Limitations on liability and indemnification of officers and directors

The Delaware General Corporation Law authorizes corporations to limit or eliminate the personal liability of directors to corporations and their stockholders for monetary damages for breaches of directors’ fiduciary duties. Our certificate of incorporation includes a provision that eliminates the personal liability of directors for monetary damages for breaches of fiduciary duty as a director, except for liability:

➤for any breach of a director’s duty of loyalty to us or our stockholders;

➤for acts or omissions not in good faith or which involve intentional misconduct or a knowing violation of law;

➤under Section 174 of the Delaware General Corporation Law; or

➤for any transaction from which a director derived an improper personal benefit.

Our certificate of incorporation and bylaws provide for the indemnification by us of any person serving as a director, officer, employee or other agent to the fullest extent permissible under the Delaware General Corporation Law. In addition, we have purchased a directors’ and officers’
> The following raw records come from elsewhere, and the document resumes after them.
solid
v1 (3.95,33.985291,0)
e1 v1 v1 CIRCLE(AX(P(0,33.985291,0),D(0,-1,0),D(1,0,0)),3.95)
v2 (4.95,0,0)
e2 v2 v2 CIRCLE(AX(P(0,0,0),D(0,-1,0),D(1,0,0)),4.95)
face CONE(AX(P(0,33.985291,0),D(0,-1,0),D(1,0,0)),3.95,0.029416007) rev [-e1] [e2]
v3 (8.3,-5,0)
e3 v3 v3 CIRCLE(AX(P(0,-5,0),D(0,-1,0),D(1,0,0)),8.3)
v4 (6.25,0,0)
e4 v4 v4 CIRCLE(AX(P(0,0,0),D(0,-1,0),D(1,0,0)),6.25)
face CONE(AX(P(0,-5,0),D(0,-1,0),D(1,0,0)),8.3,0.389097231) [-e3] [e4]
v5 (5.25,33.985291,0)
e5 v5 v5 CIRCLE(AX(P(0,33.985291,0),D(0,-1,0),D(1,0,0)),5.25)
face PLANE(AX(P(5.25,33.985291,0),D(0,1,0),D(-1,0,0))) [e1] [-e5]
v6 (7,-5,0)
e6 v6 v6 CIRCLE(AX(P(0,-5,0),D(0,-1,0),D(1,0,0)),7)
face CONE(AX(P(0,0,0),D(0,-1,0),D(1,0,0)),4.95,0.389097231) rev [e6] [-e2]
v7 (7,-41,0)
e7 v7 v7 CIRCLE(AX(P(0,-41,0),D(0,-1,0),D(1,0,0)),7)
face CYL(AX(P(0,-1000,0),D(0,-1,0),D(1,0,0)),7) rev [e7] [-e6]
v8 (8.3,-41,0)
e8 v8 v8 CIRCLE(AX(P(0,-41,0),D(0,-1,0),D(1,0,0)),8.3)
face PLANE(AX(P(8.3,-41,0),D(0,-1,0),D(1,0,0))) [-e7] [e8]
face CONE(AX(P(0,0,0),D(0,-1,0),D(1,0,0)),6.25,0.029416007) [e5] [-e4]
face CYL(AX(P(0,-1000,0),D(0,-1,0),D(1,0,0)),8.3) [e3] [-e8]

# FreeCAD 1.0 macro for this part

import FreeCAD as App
import Part
import Sketcher

V = App.Vector

doc = App.newDocument("Part")
params = doc.addObject("Spreadsheet::Sheet", "Params")
for row, (alias, value) in enumerate([
    ("sketch1_height", "36 mm"),
    ("sketch1_length", "34 mm"),
    ("sketch1_width", "1.3 mm"),
    ("revolution_angle", "360 deg"),
], start=1):
    params.set(f"A{row}", alias)
    params.set(f"B{row}", "=" + value)
    params.setAlias(f"B{row}", alias)

body = doc.addObject("PartDesign::Body", "Body")

# Sketch on XY plane
sketch1 = body.newObject("Sketcher::SketchObject", "Sketch")
sketch1.AttachmentSupport = (doc.getObject("XY_Plane"), [""])
sketch1.MapMode = "FlatFace"
sketch1.addGeometry([
    Part.LineSegment(V(6.2, 0, 0), V(5.2, 34, 0)),  # 0
    Part.LineSegment(V(5.2, 34, 0), V(4, 34, 0)),  # 1
    Part.LineSegment(V(4, 34, 0), V(5, 0, 0)),  # 2
    Part.LineSegment(V(5, 0, 0), V(7, -5, 0)),  # 3
    Part.LineSegment(V(7, -5, 0), V(7, -41, 0)),  # 4
    Part.LineSegment(V(7, -41, 0), V(8.3, -41, 0)),  # 5
    Part.LineSegment(V(8.3, -41, 0), V(8.3, -5, 0)),  # 6
    Part.LineSegment(V(8.3, -5, 0), V(6.2, 0, 0)),  # 7
], False)
sketch1.addConstraint([
    Sketcher.Constraint("Coincident", 0, 2, 1, 1),
    Sketcher.Constraint("Coincident", 1, 2, 2, 1),
    Sketcher.Constraint("Coincident", 2, 2, 3, 1),
    Sketcher.Constraint("Coincident", 3, 2, 4, 1),
    Sketcher.Constraint("Coincident", 4, 2, 5, 1),
    Sketcher.Constraint("Coincident", 5, 2, 6, 1),
    Sketcher.Constraint("Coincident", 6, 2, 7, 1),
    Sketcher.Constraint("Coincident", 7, 2, 0, 1),
    Sketcher.Constraint("Horizontal", 1),
    Sketcher.Constraint("Vertical", 4),
    Sketcher.Constraint("Horizontal", 5),
    Sketcher.Constraint("Vertical", 6),
    Sketcher.Constraint("PointOnObject", 2, 2, -1),
    Sketcher.Constraint("PointOnObject", 7, 2, -1),
    Sketcher.Constraint("Parallel", 0, 2),
    Sketcher.Constraint("Parallel", 3, 7),
    Sketcher.Constraint("Horizontal", 3, 2, 6, 2),
    Sketcher.Constraint("DistanceY", 4, 2, 4, 1, 36.0),
    Sketcher.Constraint("Distance", 0, 34.0),
    Sketcher.Constraint("DistanceX", 1, 2, 1, 1, 1.3),
    Sketcher.Constraint("DistanceX", -1, 1, 3, 2, 7.0),
    Sketcher.Constraint("DistanceY", 3, 2, -1, 1, 5.0),
    Sketcher.Constraint("DistanceX", 1, 2, 2, 2, 1.0),
    Sketcher.Constraint("DistanceX", -1, 1, 0, 2, 5.25),
])
sketch1.setExpression("Constraints[17]", "Params.sketch1_height")
sketch1.setExpression("Constraints[18]", "Params.sketch1_length")
sketch1.setExpression("Constraints[19]", "Params.sketch1_width")
revolution = body.newObject("PartDesign::Revolution", "Revolution")
revolution.Profile = sketch1
revolution.ReferenceAxis = (sketch1, ["V_Axis"])
revolution.setExpression("Angle", "Params.revolution_angle")

doc.recompute()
insurance policy covering our officers and directors for liabilities that they may incur as a result of any action, or failure to act, in their capacity as officers and directors. We believe that these

indemnification provisions and insurance are useful to attract and retain qualified directors and officers.

The limitation of liability and indemnification provisions in our certificate of incorporation and bylaws may discourage a stockholder from bringing a lawsuit against our directors for breach of their

fiduciary duties. These provisions may also have the effect of reducing the likelihood of derivative litigation against directors and officers, even though such an action, if successful, might benefit us and our stockholders.

The foregoing provisions of our certificate of incorporation and bylaws could discourage potential acquisition proposals and could delay or prevent a change in control. These provisions are intended to enhance the likelihood of continuity and stability in the composition of the board of directors and in the policies formulated by the board of directors and to discourage certain types of transactions that may involve an actual or threatened change of control. These provisions are designed to reduce our vulnerability to an unsolicited acquisition proposal. The provisions also are intended to discourage certain tactics that may be used in proxy fights. However, such provisions could have the effect of discouraging others from making tender offers for our shares and, as a consequence, they also may inhibit fluctuations in the market price of our common stock that could result from actual or rumored takeover attempts. Such provisions also may have the effect of preventing changes in our management.